ABOUT THIS EXERCISE — Reproduce exactly, and only, the lines below from the one containing "f 176 88 177" through the one containing "f 195 91 92".

====

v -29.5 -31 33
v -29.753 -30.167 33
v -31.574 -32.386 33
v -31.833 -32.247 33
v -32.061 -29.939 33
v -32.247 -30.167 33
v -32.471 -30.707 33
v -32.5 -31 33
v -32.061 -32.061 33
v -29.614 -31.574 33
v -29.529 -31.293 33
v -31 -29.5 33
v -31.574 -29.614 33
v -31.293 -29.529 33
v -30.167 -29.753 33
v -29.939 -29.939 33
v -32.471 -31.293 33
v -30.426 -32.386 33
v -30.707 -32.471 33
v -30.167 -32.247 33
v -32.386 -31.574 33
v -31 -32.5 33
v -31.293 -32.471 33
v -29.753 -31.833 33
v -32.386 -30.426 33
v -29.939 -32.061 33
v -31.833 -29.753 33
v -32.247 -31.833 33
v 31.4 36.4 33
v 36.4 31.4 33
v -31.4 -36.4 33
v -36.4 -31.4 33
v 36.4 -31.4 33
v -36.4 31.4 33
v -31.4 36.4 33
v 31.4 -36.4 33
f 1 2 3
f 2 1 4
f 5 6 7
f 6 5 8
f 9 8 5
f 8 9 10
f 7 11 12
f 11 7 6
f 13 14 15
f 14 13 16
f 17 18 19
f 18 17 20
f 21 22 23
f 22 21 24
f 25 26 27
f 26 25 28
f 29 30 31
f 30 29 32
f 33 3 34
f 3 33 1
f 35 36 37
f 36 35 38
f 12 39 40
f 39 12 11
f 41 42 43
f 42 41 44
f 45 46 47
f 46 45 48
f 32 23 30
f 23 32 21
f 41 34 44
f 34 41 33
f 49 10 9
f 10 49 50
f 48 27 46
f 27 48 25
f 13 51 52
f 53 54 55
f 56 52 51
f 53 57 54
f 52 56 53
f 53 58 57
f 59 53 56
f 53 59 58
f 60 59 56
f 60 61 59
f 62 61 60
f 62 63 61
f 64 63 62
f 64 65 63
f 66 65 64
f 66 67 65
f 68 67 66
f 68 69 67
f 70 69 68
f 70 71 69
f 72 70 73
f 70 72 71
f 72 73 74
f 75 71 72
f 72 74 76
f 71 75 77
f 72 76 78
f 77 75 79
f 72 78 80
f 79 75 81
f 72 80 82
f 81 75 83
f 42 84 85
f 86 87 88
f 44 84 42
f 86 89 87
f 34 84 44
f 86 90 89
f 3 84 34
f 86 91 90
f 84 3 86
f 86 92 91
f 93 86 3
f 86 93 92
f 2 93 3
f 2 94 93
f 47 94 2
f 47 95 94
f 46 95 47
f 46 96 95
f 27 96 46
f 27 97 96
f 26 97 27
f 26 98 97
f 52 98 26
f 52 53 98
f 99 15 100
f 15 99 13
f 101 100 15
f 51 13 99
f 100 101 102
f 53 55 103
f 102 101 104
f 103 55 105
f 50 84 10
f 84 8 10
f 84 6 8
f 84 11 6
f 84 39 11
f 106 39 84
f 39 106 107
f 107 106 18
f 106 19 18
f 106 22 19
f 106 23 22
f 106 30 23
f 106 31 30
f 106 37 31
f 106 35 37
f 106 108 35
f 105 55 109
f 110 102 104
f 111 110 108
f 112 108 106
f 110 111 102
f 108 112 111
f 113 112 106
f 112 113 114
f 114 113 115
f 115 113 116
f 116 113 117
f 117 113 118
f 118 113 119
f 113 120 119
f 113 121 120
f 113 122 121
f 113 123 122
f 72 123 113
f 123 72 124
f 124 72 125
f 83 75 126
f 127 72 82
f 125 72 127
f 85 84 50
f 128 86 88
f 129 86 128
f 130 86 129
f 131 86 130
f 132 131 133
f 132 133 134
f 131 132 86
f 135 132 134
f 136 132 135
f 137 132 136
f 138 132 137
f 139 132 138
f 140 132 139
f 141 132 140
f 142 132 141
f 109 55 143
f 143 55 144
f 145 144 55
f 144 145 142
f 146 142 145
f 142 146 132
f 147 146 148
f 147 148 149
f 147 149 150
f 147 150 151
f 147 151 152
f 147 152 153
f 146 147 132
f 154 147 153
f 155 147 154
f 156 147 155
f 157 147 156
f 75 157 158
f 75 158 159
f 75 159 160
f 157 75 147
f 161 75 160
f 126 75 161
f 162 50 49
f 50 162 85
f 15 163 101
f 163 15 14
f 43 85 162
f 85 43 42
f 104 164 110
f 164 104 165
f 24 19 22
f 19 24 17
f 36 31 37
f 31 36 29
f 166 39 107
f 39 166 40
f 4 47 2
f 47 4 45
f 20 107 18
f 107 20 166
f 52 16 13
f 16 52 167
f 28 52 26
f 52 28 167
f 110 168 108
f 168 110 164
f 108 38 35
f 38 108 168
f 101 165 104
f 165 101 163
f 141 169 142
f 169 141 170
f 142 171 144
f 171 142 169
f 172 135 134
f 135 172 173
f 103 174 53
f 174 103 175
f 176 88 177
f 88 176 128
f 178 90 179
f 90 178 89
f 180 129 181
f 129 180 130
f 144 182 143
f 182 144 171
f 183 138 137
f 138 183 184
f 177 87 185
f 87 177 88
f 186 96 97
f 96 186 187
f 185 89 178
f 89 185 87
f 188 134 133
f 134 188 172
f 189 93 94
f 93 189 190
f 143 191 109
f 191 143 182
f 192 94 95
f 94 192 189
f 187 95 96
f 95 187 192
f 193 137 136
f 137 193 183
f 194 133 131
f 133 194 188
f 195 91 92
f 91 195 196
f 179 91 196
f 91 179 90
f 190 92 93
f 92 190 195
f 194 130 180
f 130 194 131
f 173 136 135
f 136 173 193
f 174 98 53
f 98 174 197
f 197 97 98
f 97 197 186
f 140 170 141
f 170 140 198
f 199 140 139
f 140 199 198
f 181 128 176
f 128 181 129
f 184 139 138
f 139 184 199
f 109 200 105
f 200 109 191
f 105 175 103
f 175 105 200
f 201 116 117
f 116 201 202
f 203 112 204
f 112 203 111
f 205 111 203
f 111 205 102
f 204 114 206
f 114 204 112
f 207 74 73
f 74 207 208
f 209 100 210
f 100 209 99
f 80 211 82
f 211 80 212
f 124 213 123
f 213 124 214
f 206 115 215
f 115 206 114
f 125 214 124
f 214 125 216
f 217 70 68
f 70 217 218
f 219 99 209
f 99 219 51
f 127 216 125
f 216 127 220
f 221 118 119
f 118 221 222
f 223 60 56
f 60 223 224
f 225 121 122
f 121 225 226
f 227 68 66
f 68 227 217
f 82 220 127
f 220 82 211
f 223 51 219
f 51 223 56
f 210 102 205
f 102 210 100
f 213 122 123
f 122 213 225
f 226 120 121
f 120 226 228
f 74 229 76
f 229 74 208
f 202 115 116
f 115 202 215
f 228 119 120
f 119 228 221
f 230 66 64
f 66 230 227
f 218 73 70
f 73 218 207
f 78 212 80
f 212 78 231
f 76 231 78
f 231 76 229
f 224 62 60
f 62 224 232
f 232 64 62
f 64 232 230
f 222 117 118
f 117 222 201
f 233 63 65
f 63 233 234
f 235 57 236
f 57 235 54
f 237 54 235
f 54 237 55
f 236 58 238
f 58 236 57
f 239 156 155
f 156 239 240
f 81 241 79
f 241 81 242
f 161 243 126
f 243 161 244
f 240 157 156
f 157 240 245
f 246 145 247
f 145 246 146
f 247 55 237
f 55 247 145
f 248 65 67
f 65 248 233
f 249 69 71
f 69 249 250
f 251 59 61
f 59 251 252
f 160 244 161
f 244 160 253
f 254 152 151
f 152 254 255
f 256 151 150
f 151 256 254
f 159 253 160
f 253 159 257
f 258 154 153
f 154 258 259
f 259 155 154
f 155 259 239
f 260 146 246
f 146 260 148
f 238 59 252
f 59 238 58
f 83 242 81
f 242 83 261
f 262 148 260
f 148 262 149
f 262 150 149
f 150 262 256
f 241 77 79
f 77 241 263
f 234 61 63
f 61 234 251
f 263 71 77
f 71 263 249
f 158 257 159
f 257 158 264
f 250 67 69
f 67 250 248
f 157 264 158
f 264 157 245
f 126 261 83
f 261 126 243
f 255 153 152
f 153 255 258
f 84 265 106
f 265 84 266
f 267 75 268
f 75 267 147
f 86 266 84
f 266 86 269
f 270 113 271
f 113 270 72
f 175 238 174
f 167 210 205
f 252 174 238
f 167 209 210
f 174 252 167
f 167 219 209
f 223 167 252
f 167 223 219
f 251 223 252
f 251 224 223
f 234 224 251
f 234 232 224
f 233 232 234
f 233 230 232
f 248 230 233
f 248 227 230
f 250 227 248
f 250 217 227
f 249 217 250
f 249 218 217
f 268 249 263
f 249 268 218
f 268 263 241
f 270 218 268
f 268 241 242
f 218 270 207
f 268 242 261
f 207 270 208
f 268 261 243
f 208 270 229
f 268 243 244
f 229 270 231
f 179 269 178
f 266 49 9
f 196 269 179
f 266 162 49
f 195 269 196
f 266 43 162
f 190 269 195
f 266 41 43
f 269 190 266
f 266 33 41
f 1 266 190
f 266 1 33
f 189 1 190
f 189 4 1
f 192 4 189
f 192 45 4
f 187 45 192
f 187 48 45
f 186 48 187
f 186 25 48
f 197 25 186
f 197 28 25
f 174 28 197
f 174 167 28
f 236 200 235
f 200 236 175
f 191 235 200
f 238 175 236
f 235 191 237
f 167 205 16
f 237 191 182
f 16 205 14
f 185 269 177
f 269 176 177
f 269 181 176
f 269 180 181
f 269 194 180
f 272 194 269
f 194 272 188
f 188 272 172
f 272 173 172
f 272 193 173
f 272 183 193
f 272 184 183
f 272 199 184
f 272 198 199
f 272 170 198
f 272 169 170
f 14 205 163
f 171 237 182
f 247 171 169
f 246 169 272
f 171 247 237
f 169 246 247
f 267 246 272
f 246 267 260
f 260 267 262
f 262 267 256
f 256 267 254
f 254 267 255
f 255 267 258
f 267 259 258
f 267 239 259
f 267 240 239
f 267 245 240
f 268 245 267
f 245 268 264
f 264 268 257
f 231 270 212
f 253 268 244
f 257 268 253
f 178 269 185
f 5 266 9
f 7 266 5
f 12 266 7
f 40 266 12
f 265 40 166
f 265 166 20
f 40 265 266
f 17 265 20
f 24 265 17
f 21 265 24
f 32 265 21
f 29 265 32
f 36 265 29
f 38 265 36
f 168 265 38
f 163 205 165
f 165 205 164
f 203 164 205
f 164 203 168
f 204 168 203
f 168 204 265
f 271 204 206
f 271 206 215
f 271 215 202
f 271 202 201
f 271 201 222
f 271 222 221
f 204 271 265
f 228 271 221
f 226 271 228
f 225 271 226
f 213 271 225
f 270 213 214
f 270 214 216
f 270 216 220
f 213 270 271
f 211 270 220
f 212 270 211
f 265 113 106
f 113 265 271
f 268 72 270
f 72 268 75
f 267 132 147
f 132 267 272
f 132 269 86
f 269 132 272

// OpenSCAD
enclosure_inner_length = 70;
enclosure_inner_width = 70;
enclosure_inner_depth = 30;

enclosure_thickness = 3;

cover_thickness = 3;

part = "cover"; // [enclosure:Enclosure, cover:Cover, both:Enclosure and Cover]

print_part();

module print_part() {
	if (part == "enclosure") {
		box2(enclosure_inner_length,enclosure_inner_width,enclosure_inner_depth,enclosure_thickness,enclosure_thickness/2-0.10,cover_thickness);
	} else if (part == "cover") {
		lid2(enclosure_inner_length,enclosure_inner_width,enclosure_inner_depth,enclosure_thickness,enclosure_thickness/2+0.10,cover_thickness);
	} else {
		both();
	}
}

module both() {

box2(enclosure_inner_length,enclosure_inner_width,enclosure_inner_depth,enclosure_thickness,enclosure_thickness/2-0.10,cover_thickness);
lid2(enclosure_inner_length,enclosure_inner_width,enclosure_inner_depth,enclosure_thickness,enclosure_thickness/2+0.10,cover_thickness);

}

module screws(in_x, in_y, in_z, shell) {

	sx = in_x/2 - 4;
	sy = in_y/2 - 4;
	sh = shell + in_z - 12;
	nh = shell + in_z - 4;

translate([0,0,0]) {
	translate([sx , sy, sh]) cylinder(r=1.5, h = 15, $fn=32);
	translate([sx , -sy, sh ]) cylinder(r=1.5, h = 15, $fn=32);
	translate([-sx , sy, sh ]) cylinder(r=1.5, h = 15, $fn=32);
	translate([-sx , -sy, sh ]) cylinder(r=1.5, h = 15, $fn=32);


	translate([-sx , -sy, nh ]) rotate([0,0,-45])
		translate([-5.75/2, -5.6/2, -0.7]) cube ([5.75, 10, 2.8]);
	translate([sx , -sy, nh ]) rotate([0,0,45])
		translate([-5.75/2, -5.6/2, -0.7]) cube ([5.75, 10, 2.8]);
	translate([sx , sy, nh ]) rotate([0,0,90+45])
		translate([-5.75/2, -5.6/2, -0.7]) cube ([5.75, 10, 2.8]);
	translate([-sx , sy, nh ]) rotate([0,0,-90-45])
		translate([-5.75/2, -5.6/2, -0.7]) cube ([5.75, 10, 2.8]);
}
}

====

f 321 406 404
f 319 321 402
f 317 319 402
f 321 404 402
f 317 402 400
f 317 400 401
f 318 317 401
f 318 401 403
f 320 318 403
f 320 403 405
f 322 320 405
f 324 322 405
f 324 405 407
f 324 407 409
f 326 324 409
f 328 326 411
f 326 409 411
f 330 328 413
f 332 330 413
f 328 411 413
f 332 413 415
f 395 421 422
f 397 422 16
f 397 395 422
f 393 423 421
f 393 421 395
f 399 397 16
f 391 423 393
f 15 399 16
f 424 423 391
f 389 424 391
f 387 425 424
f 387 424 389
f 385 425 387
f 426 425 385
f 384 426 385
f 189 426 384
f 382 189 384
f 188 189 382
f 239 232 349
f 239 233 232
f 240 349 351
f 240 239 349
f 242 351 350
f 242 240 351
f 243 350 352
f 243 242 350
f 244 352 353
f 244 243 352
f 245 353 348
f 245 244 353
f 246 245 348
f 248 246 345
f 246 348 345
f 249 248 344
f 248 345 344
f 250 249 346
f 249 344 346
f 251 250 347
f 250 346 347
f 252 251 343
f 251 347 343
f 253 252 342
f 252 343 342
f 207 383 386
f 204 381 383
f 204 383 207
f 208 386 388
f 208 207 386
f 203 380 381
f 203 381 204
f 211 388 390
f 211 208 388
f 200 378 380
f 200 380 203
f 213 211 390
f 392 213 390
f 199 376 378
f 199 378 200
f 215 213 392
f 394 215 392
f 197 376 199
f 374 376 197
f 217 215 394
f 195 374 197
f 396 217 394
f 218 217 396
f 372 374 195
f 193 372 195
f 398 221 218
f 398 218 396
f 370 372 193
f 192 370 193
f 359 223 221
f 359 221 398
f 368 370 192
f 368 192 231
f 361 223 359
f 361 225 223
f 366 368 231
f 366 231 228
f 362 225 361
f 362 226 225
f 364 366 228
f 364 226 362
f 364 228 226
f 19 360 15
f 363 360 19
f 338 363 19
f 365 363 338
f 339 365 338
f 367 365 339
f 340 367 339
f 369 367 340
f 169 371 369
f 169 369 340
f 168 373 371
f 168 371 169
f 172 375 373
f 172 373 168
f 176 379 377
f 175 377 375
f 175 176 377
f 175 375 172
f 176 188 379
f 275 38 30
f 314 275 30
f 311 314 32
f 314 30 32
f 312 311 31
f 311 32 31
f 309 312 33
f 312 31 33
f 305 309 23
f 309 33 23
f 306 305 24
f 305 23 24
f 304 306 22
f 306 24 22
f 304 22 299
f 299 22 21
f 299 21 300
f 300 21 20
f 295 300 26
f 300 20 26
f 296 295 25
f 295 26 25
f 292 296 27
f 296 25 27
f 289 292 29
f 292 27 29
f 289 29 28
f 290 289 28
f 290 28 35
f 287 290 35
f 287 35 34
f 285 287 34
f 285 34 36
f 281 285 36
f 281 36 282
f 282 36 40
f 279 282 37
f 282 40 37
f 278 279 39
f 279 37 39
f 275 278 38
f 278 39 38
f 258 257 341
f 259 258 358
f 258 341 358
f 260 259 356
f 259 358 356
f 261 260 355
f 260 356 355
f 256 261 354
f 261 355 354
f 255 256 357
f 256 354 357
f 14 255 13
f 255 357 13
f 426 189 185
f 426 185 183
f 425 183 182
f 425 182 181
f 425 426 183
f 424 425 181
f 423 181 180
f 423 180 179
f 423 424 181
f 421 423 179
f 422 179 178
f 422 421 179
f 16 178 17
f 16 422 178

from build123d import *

====

ANSWER SECTION —
f 176 88 177
f 88 176 128
f 178 90 179
f 90 178 89
f 180 129 181
f 129 180 130
f 144 182 143
f 182 144 171
f 183 138 137
f 138 183 184
f 177 87 185
f 87 177 88
f 186 96 97
f 96 186 187
f 185 89 178
f 89 185 87
f 188 134 133
f 134 188 172
f 189 93 94
f 93 189 190
f 143 191 109
f 191 143 182
f 192 94 95
f 94 192 189
f 187 95 96
f 95 187 192
f 193 137 136
f 137 193 183
f 194 133 131
f 133 194 188
f 195 91 92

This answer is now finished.